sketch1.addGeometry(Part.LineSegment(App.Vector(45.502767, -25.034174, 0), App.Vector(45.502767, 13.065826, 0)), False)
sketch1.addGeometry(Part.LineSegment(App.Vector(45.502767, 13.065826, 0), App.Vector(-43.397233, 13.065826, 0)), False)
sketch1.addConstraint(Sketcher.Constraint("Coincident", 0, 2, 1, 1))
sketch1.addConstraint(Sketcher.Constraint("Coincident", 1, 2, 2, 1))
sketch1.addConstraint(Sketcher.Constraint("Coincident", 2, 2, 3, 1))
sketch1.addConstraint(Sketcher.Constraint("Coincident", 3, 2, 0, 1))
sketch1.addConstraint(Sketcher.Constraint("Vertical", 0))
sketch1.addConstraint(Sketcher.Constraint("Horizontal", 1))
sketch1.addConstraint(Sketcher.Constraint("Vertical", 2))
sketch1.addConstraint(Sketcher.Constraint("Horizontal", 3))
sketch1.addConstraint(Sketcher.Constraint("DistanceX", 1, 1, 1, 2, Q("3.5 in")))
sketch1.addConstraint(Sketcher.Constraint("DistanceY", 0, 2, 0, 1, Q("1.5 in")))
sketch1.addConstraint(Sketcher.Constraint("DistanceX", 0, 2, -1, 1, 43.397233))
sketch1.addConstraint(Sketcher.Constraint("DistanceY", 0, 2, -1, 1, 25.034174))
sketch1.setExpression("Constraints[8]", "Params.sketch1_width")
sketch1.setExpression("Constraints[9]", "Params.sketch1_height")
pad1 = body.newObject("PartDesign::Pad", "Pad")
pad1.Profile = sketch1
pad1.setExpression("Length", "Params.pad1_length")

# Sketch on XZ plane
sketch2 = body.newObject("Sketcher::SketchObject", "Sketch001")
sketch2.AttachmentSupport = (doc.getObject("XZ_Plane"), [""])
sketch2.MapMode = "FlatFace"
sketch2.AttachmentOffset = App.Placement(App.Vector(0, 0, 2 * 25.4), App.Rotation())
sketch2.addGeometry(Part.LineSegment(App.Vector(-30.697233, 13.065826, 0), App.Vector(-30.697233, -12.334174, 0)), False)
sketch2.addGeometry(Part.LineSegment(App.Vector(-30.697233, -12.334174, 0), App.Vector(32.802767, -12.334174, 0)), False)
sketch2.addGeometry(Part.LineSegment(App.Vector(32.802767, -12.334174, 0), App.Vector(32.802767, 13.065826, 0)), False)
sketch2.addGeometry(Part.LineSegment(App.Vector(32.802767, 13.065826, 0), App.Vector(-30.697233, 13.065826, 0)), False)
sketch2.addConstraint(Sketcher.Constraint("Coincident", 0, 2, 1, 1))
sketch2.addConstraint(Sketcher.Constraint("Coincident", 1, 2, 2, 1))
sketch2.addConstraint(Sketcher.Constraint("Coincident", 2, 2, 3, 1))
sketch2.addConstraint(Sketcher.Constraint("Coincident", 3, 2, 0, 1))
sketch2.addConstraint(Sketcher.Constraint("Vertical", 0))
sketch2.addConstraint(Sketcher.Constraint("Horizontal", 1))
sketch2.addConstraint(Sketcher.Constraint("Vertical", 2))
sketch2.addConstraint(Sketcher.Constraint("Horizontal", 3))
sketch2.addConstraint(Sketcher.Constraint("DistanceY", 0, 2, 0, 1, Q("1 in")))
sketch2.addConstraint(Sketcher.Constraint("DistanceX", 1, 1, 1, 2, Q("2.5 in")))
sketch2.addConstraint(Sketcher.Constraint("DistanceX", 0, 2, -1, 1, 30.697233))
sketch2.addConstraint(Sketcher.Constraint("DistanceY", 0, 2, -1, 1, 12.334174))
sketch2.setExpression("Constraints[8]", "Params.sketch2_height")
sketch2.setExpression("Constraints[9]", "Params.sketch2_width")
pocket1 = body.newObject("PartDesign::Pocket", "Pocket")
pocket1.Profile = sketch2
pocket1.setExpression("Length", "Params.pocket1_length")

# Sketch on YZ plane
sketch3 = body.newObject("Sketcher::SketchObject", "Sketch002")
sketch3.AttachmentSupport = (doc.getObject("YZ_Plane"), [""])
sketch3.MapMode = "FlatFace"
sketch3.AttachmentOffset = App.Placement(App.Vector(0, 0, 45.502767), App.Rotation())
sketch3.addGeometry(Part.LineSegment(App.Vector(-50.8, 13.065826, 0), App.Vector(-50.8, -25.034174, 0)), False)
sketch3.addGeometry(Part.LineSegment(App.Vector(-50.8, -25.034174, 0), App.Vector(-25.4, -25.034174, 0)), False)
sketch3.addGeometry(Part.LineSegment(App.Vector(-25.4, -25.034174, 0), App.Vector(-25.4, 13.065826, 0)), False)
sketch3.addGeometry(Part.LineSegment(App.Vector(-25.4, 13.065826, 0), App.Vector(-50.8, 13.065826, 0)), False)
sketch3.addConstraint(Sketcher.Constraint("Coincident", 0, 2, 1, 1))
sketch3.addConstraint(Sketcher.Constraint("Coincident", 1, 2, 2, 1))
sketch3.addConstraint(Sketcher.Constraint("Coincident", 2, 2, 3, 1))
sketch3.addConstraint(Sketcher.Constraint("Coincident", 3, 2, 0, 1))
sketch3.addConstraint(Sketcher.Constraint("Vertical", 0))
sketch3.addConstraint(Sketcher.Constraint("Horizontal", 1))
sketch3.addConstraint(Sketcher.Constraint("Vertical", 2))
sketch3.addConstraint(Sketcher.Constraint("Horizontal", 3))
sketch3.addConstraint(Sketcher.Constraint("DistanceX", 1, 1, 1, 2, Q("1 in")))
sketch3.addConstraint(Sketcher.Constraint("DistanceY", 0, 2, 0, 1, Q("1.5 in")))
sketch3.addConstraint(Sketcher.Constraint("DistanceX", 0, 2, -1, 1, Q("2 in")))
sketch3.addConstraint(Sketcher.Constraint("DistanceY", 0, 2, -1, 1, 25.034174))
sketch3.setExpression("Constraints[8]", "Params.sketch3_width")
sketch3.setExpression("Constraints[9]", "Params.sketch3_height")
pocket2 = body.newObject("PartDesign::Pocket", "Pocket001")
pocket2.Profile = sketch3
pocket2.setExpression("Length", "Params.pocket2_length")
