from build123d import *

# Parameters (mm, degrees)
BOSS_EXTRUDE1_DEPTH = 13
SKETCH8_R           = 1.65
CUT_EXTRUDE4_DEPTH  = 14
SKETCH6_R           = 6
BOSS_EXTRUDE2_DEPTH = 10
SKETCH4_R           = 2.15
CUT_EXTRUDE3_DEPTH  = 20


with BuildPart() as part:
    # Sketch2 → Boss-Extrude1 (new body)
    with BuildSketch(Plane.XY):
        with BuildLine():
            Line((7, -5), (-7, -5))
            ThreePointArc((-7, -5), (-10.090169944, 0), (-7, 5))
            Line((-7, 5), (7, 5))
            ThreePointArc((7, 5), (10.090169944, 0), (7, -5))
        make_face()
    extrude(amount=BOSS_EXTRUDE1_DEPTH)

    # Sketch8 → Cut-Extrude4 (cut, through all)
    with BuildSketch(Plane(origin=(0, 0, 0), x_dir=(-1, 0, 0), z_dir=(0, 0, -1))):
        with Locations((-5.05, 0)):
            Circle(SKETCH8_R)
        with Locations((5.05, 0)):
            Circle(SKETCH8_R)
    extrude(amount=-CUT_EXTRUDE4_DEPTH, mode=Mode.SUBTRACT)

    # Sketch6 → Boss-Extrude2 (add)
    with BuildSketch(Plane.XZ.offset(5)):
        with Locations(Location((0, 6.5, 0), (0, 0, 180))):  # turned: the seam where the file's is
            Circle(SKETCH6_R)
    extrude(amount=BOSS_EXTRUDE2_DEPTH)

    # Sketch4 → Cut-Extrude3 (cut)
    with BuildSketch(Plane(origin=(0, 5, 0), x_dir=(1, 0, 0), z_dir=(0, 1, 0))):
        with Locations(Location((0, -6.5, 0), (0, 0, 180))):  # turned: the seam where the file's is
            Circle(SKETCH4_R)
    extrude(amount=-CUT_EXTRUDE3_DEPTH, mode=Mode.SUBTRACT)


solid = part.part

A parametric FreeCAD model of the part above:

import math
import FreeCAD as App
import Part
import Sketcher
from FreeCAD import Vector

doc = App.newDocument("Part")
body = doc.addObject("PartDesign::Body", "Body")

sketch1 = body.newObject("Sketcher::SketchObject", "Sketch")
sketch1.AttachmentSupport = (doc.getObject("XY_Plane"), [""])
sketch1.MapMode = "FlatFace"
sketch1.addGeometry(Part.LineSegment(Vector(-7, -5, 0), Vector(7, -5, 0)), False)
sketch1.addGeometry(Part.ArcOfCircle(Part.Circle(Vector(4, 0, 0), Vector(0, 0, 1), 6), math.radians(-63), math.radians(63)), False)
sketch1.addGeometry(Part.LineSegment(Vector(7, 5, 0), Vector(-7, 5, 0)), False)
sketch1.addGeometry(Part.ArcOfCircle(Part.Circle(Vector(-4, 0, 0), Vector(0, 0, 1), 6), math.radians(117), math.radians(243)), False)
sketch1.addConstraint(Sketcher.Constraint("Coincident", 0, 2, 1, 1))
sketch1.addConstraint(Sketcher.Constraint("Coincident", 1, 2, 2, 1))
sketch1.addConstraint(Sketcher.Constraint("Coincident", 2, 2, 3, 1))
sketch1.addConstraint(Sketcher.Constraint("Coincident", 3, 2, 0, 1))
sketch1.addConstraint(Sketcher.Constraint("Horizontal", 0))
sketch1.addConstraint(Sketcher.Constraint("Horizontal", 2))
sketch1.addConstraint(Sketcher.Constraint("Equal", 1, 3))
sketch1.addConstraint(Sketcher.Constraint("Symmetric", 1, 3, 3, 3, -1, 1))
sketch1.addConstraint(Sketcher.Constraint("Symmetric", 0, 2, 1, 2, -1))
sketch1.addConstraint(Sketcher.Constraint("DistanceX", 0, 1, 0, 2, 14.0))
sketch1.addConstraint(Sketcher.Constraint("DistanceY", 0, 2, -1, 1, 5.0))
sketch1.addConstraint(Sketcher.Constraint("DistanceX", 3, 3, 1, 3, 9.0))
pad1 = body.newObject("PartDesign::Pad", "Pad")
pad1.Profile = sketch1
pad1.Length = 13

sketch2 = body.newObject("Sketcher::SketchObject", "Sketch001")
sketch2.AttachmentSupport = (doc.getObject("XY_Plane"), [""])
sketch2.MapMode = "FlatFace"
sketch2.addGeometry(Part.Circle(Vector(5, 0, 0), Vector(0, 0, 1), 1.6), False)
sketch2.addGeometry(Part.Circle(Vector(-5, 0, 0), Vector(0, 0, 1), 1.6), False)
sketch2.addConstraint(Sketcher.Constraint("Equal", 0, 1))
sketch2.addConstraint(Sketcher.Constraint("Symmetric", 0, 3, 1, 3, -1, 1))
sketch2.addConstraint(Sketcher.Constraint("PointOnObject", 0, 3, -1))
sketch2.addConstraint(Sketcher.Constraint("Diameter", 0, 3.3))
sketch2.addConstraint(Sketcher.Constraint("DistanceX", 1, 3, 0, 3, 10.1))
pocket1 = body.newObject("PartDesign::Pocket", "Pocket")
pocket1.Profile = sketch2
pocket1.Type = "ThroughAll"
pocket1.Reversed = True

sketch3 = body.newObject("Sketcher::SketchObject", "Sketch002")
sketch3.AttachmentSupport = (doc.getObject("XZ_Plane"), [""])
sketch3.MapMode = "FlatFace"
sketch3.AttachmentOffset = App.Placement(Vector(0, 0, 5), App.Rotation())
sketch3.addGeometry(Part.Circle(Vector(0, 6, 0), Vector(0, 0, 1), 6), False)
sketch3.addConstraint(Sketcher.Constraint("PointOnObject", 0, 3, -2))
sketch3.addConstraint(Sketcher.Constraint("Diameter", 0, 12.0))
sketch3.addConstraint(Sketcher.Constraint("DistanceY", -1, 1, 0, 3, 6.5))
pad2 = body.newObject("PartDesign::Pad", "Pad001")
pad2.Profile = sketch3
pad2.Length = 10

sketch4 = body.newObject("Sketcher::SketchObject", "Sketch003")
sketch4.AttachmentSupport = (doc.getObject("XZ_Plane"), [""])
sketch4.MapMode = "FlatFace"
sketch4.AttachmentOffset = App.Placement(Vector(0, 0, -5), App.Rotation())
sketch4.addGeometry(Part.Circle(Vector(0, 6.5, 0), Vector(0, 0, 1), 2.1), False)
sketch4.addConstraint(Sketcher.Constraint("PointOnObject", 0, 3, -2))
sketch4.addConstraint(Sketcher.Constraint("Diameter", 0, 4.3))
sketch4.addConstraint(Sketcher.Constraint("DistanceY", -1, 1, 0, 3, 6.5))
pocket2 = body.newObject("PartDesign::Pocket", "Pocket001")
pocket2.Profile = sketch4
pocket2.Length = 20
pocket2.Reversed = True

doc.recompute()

-*-

REQUIREMENT: For the word "Locations", work out how many lines of the entries contain it, and state the number alone.

YOUR SOLUTION: 4